Copy verbatim the material from its first line to the line that holds "#44=CYLINDRICAL_SURFACE('',#43,20.);", including that line.

═════ PROVIDED RECORDS

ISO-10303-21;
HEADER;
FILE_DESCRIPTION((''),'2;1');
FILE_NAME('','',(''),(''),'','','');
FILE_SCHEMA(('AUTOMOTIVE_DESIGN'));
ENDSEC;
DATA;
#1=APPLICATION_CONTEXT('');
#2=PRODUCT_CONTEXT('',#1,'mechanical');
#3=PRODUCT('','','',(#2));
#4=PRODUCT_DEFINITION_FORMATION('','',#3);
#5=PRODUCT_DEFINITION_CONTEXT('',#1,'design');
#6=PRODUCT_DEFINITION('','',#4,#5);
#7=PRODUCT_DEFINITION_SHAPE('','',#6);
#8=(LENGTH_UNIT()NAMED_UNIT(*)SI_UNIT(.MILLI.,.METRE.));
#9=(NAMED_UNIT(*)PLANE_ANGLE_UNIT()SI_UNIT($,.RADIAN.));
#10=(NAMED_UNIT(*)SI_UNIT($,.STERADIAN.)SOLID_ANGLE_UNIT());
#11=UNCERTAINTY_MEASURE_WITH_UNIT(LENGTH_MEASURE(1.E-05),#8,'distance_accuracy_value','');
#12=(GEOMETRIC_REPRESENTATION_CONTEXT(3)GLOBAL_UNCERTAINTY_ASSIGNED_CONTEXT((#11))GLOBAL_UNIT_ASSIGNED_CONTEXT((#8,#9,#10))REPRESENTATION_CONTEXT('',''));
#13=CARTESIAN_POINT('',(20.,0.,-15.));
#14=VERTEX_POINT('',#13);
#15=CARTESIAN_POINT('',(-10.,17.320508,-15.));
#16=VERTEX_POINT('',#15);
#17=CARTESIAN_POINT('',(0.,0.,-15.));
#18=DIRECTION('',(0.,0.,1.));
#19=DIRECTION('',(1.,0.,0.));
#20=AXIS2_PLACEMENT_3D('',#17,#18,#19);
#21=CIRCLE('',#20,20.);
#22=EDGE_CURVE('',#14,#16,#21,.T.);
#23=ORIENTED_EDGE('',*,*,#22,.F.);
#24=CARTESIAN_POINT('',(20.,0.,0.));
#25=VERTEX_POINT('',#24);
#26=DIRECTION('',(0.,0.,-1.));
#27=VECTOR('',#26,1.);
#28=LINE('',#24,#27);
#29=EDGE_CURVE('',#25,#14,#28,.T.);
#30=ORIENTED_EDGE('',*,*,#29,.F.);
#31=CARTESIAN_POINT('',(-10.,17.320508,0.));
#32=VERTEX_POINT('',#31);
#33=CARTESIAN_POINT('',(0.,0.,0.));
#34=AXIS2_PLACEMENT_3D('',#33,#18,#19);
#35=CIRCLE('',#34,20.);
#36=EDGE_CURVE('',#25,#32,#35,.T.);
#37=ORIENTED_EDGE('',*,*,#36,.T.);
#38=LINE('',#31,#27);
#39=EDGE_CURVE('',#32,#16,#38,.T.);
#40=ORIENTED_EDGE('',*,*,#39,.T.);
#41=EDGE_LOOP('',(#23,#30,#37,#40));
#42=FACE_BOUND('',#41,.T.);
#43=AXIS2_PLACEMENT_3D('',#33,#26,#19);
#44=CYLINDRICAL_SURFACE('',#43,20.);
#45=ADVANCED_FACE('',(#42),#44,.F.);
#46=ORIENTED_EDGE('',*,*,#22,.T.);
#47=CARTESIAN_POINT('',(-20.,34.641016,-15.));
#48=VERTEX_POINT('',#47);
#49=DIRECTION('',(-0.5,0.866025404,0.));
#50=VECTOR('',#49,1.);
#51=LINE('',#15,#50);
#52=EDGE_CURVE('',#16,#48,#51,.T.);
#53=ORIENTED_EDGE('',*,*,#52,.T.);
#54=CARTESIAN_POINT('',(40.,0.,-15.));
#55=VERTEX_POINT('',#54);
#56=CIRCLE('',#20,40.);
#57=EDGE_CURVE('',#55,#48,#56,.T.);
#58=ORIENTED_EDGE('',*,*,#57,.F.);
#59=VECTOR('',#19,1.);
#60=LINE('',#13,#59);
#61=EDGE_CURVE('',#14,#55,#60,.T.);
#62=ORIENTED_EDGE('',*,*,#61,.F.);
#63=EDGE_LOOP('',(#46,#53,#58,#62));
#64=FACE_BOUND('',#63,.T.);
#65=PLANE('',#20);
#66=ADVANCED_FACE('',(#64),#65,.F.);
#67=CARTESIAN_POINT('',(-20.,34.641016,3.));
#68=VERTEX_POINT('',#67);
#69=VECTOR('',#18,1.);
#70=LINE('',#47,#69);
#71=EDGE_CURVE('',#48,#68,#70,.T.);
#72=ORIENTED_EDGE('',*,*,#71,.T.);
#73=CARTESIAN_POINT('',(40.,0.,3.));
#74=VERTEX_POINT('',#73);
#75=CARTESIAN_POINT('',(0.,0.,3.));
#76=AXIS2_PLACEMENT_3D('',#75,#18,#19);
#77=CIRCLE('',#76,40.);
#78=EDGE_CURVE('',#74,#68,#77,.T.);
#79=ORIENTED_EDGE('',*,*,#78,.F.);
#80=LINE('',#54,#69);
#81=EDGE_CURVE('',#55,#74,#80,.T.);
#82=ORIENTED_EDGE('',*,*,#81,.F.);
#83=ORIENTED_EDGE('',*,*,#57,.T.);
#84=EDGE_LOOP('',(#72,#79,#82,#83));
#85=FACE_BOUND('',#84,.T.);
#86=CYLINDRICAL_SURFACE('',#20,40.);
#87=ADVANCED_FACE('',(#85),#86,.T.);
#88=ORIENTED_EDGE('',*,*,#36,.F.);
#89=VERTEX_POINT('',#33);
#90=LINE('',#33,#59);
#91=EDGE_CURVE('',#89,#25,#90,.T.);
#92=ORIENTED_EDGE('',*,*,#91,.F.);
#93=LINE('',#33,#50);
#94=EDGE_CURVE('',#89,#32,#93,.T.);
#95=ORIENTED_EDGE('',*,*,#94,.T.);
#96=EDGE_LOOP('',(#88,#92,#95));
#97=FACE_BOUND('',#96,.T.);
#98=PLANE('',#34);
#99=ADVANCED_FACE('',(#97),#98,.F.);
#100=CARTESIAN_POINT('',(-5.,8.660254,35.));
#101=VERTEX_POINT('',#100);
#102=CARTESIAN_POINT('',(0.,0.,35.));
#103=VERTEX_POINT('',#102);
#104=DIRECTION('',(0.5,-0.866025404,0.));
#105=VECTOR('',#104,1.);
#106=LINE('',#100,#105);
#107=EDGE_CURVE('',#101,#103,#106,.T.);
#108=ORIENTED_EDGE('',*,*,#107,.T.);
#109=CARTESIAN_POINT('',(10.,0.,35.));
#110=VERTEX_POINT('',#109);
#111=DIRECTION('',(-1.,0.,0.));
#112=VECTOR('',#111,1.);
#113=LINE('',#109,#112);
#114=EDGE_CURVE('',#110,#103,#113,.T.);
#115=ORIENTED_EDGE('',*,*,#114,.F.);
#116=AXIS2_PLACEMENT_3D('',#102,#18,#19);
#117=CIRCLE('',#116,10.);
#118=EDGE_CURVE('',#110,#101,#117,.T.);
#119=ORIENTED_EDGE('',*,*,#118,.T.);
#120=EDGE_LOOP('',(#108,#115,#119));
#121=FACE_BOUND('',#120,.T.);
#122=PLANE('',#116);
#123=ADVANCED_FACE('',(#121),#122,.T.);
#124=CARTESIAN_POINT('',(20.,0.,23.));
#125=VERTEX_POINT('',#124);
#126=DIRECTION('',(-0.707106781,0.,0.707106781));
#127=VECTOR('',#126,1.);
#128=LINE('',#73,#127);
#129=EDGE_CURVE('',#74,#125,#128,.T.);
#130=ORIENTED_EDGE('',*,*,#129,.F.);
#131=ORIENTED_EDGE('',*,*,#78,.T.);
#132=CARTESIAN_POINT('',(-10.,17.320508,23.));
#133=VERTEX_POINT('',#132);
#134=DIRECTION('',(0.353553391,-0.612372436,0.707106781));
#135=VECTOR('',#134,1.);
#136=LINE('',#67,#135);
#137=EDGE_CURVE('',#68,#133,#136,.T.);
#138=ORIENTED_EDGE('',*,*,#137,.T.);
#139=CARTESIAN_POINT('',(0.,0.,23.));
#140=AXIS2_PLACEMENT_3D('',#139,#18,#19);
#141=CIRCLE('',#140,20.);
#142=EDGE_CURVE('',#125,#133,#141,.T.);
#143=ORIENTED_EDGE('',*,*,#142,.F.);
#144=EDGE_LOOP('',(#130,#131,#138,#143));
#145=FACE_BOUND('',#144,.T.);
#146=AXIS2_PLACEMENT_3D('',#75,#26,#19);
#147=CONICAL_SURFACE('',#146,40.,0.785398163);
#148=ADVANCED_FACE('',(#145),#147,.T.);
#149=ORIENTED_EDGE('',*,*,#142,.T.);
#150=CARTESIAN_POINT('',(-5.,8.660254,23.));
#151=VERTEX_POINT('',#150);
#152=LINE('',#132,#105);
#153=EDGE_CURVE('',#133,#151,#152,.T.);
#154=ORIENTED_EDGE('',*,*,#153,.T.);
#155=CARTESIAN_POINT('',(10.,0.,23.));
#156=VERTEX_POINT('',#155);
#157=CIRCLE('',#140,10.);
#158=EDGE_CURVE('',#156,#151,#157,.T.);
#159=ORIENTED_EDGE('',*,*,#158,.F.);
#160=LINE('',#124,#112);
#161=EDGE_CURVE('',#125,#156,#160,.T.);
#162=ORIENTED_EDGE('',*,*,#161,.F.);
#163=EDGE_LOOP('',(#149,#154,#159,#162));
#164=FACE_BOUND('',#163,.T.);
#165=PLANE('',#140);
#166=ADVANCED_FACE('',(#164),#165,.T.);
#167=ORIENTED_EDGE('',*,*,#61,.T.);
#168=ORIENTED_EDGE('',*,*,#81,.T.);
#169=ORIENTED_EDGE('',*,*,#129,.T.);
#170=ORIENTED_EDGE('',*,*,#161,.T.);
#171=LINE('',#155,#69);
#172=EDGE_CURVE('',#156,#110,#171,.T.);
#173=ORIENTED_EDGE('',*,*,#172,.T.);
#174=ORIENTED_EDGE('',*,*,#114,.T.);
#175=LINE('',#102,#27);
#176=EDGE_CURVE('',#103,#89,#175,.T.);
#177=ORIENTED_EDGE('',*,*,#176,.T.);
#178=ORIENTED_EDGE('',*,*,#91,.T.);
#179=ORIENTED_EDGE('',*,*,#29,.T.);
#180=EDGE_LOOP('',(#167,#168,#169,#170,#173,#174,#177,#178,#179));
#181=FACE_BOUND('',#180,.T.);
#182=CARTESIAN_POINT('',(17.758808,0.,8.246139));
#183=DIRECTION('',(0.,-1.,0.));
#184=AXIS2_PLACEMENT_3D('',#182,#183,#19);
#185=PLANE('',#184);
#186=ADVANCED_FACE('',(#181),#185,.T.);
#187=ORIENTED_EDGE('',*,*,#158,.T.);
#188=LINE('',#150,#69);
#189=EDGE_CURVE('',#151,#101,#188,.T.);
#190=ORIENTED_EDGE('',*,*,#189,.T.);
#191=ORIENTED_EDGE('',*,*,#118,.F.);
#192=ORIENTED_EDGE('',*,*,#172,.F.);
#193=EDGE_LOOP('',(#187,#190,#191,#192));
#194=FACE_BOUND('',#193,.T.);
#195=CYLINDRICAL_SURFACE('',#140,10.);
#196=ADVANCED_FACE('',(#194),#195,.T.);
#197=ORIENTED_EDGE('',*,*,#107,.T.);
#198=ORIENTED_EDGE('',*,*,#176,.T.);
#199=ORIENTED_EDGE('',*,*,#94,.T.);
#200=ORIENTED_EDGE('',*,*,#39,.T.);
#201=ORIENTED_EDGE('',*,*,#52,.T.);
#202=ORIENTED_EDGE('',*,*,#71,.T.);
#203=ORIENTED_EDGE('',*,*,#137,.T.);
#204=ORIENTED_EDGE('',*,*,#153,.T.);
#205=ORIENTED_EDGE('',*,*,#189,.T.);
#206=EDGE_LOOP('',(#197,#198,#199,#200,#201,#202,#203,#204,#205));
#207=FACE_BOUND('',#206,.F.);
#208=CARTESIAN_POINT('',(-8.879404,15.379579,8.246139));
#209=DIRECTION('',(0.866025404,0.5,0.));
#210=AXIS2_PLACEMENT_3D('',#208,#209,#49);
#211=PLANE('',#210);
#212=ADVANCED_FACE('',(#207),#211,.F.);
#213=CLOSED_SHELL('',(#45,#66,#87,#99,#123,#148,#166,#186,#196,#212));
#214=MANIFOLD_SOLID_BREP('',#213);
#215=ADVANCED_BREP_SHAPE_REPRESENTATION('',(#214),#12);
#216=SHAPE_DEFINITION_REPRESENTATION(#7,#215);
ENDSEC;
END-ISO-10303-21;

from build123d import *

# Parameters (mm, degrees)
F1_ANGLE = 120


with BuildPart() as f1:
    # F0 (on Front) → F1 (revolve)
    with BuildSketch(Plane.XZ):
        Polygon((10, 35), (0, 35), (0, 0), (20, 0), (20, -15), (40, -15), (40, 3), (20, 23), (10, 23), align=None)
    revolve(axis=Axis((0, 0, 17.5), (0, 0, 1)), revolution_arc=F1_ANGLE)


solid = f1.part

══════════

** EXERCISE OUTPUT **
ISO-10303-21;
HEADER;
FILE_DESCRIPTION((''),'2;1');
FILE_NAME('','',(''),(''),'','','');
FILE_SCHEMA(('AUTOMOTIVE_DESIGN'));
ENDSEC;
DATA;
#1=APPLICATION_CONTEXT('');
#2=PRODUCT_CONTEXT('',#1,'mechanical');
#3=PRODUCT('','','',(#2));
#4=PRODUCT_DEFINITION_FORMATION('','',#3);
#5=PRODUCT_DEFINITION_CONTEXT('',#1,'design');
#6=PRODUCT_DEFINITION('','',#4,#5);
#7=PRODUCT_DEFINITION_SHAPE('','',#6);
#8=(LENGTH_UNIT()NAMED_UNIT(*)SI_UNIT(.MILLI.,.METRE.));
#9=(NAMED_UNIT(*)PLANE_ANGLE_UNIT()SI_UNIT($,.RADIAN.));
#10=(NAMED_UNIT(*)SI_UNIT($,.STERADIAN.)SOLID_ANGLE_UNIT());
#11=UNCERTAINTY_MEASURE_WITH_UNIT(LENGTH_MEASURE(1.E-05),#8,'distance_accuracy_value','');
#12=(GEOMETRIC_REPRESENTATION_CONTEXT(3)GLOBAL_UNCERTAINTY_ASSIGNED_CONTEXT((#11))GLOBAL_UNIT_ASSIGNED_CONTEXT((#8,#9,#10))REPRESENTATION_CONTEXT('',''));
#13=CARTESIAN_POINT('',(20.,0.,-15.));
#14=VERTEX_POINT('',#13);
#15=CARTESIAN_POINT('',(-10.,17.320508,-15.));
#16=VERTEX_POINT('',#15);
#17=CARTESIAN_POINT('',(0.,0.,-15.));
#18=DIRECTION('',(0.,0.,1.));
#19=DIRECTION('',(1.,0.,0.));
#20=AXIS2_PLACEMENT_3D('',#17,#18,#19);
#21=CIRCLE('',#20,20.);
#22=EDGE_CURVE('',#14,#16,#21,.T.);
#23=ORIENTED_EDGE('',*,*,#22,.F.);
#24=CARTESIAN_POINT('',(20.,0.,0.));
#25=VERTEX_POINT('',#24);
#26=DIRECTION('',(0.,0.,-1.));
#27=VECTOR('',#26,1.);
#28=LINE('',#24,#27);
#29=EDGE_CURVE('',#25,#14,#28,.T.);
#30=ORIENTED_EDGE('',*,*,#29,.F.);
#31=CARTESIAN_POINT('',(-10.,17.320508,0.));
#32=VERTEX_POINT('',#31);
#33=CARTESIAN_POINT('',(0.,0.,0.));
#34=AXIS2_PLACEMENT_3D('',#33,#18,#19);
#35=CIRCLE('',#34,20.);
#36=EDGE_CURVE('',#25,#32,#35,.T.);
#37=ORIENTED_EDGE('',*,*,#36,.T.);
#38=LINE('',#31,#27);
#39=EDGE_CURVE('',#32,#16,#38,.T.);
#40=ORIENTED_EDGE('',*,*,#39,.T.);
#41=EDGE_LOOP('',(#23,#30,#37,#40));
#42=FACE_BOUND('',#41,.T.);
#43=AXIS2_PLACEMENT_3D('',#33,#26,#19);
#44=CYLINDRICAL_SURFACE('',#43,20.);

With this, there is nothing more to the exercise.